EXERCISE REQUIREMENTS —
Starting at the first line of the entries below, output every line exactly, up to and including the line with "#5=PRODUCT_DEFINITION_CONTEXT('',#1,'design');".

━━━━━━━━━━━━━━━━━━━━

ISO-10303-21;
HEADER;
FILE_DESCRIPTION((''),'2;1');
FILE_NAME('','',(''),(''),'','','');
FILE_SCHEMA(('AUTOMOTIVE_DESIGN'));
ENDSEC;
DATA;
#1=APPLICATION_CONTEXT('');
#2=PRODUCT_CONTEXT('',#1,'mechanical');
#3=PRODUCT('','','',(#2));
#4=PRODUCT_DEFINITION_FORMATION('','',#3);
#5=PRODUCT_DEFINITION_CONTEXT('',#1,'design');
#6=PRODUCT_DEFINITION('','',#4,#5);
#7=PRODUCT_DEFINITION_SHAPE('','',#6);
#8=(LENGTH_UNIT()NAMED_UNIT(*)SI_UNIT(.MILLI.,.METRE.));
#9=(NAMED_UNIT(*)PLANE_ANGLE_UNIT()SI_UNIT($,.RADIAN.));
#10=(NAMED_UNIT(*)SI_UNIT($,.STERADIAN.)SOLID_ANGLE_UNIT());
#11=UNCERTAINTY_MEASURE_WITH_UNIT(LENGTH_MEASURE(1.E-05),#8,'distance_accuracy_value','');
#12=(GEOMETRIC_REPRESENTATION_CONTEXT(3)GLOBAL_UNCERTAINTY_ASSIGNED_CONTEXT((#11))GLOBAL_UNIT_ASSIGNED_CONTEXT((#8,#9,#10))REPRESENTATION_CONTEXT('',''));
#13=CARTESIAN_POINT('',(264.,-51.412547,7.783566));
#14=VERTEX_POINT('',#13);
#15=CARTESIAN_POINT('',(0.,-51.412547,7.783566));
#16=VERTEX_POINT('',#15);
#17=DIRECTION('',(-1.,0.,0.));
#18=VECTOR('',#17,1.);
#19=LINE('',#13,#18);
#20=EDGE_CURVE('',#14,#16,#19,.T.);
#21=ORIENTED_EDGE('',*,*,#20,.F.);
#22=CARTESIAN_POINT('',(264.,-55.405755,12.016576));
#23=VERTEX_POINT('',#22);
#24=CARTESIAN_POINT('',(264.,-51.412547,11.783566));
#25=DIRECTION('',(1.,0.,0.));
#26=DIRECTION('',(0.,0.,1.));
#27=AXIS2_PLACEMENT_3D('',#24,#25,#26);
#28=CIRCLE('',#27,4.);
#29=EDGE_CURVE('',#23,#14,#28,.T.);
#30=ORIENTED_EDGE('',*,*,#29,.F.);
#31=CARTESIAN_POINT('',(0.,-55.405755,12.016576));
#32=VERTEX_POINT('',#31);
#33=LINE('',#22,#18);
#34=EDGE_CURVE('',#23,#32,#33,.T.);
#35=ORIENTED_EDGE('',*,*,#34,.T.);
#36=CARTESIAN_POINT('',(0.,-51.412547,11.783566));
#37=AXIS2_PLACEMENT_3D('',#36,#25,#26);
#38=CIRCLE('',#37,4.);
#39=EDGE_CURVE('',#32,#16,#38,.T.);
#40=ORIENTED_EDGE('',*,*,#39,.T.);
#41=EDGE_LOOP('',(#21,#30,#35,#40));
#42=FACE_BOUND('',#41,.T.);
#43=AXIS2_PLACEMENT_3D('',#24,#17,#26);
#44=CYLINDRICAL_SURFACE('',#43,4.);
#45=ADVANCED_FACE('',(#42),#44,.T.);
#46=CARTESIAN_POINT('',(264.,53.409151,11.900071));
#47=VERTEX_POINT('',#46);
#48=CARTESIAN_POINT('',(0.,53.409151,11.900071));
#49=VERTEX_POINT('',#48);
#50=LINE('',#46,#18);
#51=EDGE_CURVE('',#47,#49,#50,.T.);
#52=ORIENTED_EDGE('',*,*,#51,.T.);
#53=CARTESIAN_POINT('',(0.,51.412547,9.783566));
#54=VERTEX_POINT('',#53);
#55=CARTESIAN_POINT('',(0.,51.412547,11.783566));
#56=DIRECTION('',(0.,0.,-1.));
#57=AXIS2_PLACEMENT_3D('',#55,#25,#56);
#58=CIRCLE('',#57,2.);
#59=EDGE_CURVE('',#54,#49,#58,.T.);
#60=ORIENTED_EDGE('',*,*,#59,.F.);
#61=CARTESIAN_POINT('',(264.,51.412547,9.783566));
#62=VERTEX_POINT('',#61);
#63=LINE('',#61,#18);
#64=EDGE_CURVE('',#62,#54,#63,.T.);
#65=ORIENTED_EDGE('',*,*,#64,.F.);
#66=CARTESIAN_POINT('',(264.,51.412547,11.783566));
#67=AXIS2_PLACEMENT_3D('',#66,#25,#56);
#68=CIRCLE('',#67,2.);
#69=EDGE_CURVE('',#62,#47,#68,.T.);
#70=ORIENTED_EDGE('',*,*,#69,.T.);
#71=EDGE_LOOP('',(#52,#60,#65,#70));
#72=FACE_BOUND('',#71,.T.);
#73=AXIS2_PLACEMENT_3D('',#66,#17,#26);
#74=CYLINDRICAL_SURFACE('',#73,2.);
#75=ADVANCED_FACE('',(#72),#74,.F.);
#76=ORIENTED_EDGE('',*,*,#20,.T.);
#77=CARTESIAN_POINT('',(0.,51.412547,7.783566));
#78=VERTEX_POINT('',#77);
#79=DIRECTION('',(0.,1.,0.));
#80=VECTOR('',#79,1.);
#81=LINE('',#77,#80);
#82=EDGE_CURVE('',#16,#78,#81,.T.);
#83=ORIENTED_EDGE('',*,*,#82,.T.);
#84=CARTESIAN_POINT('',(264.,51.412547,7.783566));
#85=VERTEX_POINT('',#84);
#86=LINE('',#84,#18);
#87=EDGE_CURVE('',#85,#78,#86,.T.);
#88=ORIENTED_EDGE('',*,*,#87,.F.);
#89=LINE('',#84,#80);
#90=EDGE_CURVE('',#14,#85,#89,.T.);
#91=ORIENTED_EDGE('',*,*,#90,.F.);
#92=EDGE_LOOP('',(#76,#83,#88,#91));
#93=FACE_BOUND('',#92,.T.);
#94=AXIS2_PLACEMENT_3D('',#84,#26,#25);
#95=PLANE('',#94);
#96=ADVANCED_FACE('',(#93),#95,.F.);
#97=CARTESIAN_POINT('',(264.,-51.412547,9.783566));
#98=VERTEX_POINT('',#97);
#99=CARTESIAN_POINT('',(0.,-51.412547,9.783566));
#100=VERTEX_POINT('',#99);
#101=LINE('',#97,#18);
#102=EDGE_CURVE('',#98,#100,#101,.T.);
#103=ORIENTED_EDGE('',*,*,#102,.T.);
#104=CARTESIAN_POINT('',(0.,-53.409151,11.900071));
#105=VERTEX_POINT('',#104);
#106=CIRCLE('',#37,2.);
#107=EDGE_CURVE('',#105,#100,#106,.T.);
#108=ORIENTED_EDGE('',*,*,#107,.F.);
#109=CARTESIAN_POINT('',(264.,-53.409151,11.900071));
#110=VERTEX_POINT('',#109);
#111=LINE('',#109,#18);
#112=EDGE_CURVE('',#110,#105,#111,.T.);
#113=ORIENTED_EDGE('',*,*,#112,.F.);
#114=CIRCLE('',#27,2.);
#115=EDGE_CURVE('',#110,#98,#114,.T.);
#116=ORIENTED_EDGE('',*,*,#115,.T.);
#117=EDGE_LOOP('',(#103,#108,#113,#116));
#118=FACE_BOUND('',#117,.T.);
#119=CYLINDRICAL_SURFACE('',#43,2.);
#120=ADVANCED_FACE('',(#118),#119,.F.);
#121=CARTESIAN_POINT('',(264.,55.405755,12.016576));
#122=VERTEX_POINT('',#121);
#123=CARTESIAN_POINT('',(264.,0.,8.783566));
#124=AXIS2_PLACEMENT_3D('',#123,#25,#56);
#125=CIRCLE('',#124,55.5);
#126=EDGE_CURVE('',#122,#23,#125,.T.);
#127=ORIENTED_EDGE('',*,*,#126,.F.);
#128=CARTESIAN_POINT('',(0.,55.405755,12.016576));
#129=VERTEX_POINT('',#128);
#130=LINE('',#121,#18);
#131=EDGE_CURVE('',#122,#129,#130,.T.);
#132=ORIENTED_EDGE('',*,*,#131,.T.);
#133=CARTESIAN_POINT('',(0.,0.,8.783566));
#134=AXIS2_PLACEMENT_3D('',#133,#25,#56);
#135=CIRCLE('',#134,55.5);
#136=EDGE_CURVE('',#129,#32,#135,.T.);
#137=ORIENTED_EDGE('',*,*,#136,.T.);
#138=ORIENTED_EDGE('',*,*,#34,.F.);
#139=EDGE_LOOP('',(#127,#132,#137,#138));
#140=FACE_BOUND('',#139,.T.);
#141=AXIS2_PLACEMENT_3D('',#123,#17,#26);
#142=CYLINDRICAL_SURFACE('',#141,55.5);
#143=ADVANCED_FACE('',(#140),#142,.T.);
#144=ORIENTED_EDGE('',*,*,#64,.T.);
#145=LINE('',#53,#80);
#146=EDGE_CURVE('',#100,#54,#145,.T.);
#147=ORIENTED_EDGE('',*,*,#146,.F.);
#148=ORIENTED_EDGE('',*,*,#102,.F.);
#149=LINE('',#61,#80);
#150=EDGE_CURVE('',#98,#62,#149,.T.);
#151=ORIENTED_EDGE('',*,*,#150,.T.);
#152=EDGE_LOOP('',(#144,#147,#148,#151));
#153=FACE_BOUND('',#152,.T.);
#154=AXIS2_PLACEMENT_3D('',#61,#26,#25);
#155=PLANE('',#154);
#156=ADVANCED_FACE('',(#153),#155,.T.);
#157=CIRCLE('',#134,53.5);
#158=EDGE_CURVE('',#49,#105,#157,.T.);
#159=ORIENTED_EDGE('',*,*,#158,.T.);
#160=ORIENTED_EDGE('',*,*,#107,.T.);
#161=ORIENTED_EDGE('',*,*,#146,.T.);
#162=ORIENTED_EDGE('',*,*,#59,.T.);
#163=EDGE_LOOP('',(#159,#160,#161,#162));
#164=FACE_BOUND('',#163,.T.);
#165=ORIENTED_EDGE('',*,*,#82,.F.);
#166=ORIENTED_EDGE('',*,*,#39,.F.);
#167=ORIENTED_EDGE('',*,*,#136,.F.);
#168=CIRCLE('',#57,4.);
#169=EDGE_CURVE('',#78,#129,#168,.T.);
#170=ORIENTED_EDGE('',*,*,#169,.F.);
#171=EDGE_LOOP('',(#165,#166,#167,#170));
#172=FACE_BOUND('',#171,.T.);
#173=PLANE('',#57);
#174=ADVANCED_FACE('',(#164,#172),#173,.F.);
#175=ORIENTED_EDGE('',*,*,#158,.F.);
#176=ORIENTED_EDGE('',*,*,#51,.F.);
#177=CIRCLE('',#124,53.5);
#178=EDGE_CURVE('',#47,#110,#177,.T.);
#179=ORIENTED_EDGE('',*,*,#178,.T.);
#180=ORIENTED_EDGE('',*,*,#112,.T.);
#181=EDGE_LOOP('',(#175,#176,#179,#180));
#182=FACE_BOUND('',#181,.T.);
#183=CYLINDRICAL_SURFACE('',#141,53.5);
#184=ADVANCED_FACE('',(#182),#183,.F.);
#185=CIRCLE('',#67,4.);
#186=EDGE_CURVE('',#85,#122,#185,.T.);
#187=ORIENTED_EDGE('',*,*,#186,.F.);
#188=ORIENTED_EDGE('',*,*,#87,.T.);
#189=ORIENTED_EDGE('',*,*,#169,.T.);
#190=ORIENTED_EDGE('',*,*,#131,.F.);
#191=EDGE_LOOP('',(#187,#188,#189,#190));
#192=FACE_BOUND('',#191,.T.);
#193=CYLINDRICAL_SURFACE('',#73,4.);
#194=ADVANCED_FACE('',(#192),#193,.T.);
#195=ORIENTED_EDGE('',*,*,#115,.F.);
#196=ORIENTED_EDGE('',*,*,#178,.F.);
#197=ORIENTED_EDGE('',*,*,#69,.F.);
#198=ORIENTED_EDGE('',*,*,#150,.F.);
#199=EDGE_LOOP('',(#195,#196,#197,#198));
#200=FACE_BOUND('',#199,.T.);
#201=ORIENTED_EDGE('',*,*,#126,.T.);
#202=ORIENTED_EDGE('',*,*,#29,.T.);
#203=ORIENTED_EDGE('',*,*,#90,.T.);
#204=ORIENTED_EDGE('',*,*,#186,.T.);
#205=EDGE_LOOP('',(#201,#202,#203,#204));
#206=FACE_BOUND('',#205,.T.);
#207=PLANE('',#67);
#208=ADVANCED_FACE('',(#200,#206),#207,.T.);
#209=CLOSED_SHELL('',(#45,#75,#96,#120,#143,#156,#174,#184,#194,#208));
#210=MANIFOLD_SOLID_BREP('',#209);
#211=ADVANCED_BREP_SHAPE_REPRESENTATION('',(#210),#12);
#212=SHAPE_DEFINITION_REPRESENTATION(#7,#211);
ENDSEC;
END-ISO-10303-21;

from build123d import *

# Parameters (mm, degrees)
BOSS_EXTRUDE1_DEPTH = 264


with BuildPart() as part:
    # Sketch1 → Boss-Extrude1 (new body)
    with BuildSketch(Plane(origin=(0, 0, 0), x_dir=(0, 0, -1), z_dir=(1, 0, 0))):
        with BuildLine():
            Line((-7.783565859, 51.412547107), (-7.783565859, -51.412547107))
            ThreePointArc((-7.783565859, -51.412547107), (-9.038756106, -54.322189596), (-12.016575568, -55.405754649))
            ThreePointArc((-12.016575568, -55.405754649), (-64.283565859, 0), (-12.016575568, 55.405754649))
            ThreePointArc((-12.016575568, 55.405754649), (-9.038756106, 54.322189596), (-7.783565859, 51.412547107))
        make_face()
        with BuildLine():
            Line((-9.783565859, 51.412547107), (-9.783565859, -51.412547107))
            ThreePointArc((-9.783565859, -51.412547107), (-10.411160983, -52.867368352), (-11.900070714, -53.409150878))
            ThreePointArc((-11.900070714, -53.409150878), (-62.283565859, 0), (-11.900070714, 53.409150878))
            ThreePointArc((-11.900070714, 53.409150878), (-10.411160983, 52.867368352), (-9.783565859, 51.412547107))
        make_face(mode=Mode.SUBTRACT)
    extrude(amount=BOSS_EXTRUDE1_DEPTH)


solid = part.part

━━━━━━━━━━━━━━━━━━━━

RESULT OF THE EXERCISE —
ISO-10303-21;
HEADER;
FILE_DESCRIPTION((''),'2;1');
FILE_NAME('','',(''),(''),'','','');
FILE_SCHEMA(('AUTOMOTIVE_DESIGN'));
ENDSEC;
DATA;
#1=APPLICATION_CONTEXT('');
#2=PRODUCT_CONTEXT('',#1,'mechanical');
#3=PRODUCT('','','',(#2));
#4=PRODUCT_DEFINITION_FORMATION('','',#3);
#5=PRODUCT_DEFINITION_CONTEXT('',#1,'design');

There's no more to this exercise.